Task to complete -> Of the entries below, restate word for word only the section that runs from the line with "#93=AXIS2_PLACEMENT_3D('',#75,#92,#45);" to the line with "#101=CIRCLE('',#100,12.5);", counting both ends.

Stored data entries:
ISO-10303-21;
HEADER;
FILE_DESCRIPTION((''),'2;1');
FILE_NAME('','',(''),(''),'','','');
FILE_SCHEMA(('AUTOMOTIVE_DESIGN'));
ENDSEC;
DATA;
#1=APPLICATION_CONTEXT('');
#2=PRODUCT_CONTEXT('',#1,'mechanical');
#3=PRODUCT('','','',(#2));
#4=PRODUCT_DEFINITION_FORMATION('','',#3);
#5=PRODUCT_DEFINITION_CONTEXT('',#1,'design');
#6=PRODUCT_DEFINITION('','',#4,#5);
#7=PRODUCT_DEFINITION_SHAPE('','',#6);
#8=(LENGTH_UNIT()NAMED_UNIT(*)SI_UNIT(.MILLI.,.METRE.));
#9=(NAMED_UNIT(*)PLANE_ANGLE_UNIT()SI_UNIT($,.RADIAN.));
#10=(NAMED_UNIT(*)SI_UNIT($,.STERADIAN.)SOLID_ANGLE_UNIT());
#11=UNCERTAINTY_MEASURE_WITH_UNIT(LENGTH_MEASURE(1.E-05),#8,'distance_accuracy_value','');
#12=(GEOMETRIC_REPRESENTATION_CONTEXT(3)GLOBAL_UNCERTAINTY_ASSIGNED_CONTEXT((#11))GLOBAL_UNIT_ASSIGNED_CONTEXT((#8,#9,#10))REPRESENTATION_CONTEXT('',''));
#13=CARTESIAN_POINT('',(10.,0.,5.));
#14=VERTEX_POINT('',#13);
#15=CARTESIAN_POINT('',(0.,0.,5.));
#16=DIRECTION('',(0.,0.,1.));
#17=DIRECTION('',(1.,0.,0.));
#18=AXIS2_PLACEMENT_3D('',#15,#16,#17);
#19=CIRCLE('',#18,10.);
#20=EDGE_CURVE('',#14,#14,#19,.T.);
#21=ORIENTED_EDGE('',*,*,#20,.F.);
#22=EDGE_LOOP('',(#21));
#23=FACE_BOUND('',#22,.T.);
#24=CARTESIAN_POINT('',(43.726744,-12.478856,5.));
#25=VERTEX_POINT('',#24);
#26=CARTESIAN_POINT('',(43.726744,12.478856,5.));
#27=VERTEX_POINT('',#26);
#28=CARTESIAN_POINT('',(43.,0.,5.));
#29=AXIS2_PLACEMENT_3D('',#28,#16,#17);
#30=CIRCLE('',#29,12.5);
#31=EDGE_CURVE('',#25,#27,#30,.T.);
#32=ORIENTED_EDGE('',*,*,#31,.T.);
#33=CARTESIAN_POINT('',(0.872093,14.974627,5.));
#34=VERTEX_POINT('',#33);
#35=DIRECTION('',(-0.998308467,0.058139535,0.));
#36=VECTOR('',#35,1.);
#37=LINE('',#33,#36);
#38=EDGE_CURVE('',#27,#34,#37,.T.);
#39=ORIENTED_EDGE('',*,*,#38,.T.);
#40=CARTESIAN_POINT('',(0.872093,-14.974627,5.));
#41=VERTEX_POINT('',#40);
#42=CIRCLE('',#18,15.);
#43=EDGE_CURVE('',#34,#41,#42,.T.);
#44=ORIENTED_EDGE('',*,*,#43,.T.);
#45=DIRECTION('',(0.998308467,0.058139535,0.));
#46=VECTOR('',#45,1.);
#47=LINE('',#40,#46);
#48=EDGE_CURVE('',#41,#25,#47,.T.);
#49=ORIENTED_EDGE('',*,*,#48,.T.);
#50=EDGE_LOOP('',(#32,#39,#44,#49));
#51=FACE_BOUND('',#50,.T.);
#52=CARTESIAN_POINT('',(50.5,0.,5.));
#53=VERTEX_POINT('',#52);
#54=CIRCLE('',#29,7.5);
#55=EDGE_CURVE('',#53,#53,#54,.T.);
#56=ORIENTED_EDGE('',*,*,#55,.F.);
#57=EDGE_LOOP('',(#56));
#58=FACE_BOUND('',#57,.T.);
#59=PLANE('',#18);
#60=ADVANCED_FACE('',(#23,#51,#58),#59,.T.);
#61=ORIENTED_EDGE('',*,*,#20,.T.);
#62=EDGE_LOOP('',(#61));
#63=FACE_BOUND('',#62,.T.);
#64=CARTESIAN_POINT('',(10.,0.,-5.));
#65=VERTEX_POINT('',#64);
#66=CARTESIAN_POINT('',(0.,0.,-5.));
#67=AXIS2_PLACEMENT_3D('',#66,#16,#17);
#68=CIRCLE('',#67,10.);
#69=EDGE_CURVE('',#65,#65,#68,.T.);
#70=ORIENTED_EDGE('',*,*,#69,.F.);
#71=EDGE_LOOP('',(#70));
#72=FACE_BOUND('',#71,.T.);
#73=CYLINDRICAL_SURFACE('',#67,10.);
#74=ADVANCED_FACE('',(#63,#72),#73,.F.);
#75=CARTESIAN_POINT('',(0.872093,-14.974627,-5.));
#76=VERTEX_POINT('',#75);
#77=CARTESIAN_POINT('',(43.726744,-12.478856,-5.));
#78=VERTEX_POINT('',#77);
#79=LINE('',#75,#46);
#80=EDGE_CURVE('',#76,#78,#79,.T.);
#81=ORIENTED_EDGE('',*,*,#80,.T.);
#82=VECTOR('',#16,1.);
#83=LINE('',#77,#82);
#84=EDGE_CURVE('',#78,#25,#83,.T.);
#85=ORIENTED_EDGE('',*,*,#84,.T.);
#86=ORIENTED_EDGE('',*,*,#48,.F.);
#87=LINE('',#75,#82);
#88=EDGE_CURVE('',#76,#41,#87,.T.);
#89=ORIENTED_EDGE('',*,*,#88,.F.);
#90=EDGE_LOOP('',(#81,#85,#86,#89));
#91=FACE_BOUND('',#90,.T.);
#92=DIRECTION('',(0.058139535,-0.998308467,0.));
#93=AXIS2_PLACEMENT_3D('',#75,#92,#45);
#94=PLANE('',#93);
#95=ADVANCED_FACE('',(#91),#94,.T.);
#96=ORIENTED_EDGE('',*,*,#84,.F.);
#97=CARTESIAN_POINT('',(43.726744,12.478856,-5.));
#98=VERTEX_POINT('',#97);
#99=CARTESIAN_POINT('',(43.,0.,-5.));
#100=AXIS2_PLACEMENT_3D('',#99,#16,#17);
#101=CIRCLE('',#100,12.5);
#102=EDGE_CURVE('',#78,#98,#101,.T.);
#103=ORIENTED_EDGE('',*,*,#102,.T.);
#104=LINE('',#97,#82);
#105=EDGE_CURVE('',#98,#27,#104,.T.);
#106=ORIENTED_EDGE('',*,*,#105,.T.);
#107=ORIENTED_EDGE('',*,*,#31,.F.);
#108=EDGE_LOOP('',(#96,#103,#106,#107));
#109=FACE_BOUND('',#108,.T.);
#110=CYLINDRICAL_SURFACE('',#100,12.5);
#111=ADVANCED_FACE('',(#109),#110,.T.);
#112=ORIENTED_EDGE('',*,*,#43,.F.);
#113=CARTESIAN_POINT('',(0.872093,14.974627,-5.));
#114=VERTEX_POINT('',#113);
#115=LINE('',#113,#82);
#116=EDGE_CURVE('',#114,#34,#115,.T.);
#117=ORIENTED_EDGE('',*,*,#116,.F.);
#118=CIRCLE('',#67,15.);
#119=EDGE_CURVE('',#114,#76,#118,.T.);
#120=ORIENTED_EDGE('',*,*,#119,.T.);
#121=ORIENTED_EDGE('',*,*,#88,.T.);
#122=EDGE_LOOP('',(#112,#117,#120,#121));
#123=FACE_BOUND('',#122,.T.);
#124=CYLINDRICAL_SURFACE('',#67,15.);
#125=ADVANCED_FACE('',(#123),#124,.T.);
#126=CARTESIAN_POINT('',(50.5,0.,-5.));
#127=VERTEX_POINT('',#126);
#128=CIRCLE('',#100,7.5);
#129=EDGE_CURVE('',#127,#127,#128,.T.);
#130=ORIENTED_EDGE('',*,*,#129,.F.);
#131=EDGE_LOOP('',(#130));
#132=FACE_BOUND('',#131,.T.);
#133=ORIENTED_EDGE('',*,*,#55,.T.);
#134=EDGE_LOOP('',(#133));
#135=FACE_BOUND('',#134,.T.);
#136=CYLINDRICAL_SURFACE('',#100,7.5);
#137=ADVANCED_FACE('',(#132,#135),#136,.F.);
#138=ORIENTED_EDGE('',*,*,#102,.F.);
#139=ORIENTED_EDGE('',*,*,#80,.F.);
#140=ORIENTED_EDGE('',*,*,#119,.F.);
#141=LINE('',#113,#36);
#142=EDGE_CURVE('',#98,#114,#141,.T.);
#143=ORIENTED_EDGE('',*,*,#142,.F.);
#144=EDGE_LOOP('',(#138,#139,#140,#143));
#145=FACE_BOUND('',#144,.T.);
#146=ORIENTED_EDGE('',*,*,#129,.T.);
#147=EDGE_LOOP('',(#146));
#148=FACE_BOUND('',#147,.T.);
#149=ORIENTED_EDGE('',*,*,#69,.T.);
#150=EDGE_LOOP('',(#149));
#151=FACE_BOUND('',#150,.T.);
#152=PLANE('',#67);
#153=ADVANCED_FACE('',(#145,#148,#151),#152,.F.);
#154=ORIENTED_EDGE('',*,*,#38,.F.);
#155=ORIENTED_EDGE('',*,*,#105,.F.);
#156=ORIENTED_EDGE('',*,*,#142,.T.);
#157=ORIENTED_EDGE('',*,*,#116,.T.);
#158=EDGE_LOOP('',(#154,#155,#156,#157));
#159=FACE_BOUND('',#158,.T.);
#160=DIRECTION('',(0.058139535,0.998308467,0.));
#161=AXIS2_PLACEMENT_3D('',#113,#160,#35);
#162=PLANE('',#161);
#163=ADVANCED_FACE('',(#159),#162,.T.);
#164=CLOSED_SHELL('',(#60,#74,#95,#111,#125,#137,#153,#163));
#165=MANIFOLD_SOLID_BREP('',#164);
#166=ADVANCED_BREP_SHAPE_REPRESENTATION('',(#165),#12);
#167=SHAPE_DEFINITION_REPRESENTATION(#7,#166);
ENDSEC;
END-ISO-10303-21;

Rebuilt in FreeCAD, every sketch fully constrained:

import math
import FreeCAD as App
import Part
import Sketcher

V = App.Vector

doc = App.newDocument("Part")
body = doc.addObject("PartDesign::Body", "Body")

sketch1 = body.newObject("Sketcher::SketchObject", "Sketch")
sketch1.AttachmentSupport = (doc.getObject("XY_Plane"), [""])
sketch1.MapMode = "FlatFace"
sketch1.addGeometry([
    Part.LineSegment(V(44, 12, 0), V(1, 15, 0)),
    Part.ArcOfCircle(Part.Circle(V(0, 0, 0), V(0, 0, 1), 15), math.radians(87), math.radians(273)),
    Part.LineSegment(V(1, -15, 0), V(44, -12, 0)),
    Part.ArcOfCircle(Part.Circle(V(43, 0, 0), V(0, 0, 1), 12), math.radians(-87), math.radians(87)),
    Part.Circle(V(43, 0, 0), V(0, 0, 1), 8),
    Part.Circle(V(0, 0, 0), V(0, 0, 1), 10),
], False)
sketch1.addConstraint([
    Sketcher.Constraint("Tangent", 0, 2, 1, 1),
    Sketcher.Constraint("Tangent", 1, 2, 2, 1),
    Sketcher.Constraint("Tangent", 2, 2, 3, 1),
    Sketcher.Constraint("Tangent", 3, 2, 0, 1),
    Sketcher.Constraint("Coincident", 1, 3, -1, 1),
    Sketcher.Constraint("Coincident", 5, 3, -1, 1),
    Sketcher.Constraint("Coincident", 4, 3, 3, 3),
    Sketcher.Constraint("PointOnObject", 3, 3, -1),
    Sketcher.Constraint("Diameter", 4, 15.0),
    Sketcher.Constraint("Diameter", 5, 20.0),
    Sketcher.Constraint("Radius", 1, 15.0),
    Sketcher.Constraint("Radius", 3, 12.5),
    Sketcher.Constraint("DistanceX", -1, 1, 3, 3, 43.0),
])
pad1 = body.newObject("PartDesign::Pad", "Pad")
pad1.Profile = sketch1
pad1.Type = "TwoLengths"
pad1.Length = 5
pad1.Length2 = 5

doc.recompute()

Task solution ->
#93=AXIS2_PLACEMENT_3D('',#75,#92,#45);
#94=PLANE('',#93);
#95=ADVANCED_FACE('',(#91),#94,.T.);
#96=ORIENTED_EDGE('',*,*,#84,.F.);
#97=CARTESIAN_POINT('',(43.726744,12.478856,-5.));
#98=VERTEX_POINT('',#97);
#99=CARTESIAN_POINT('',(43.,0.,-5.));
#100=AXIS2_PLACEMENT_3D('',#99,#16,#17);
#101=CIRCLE('',#100,12.5);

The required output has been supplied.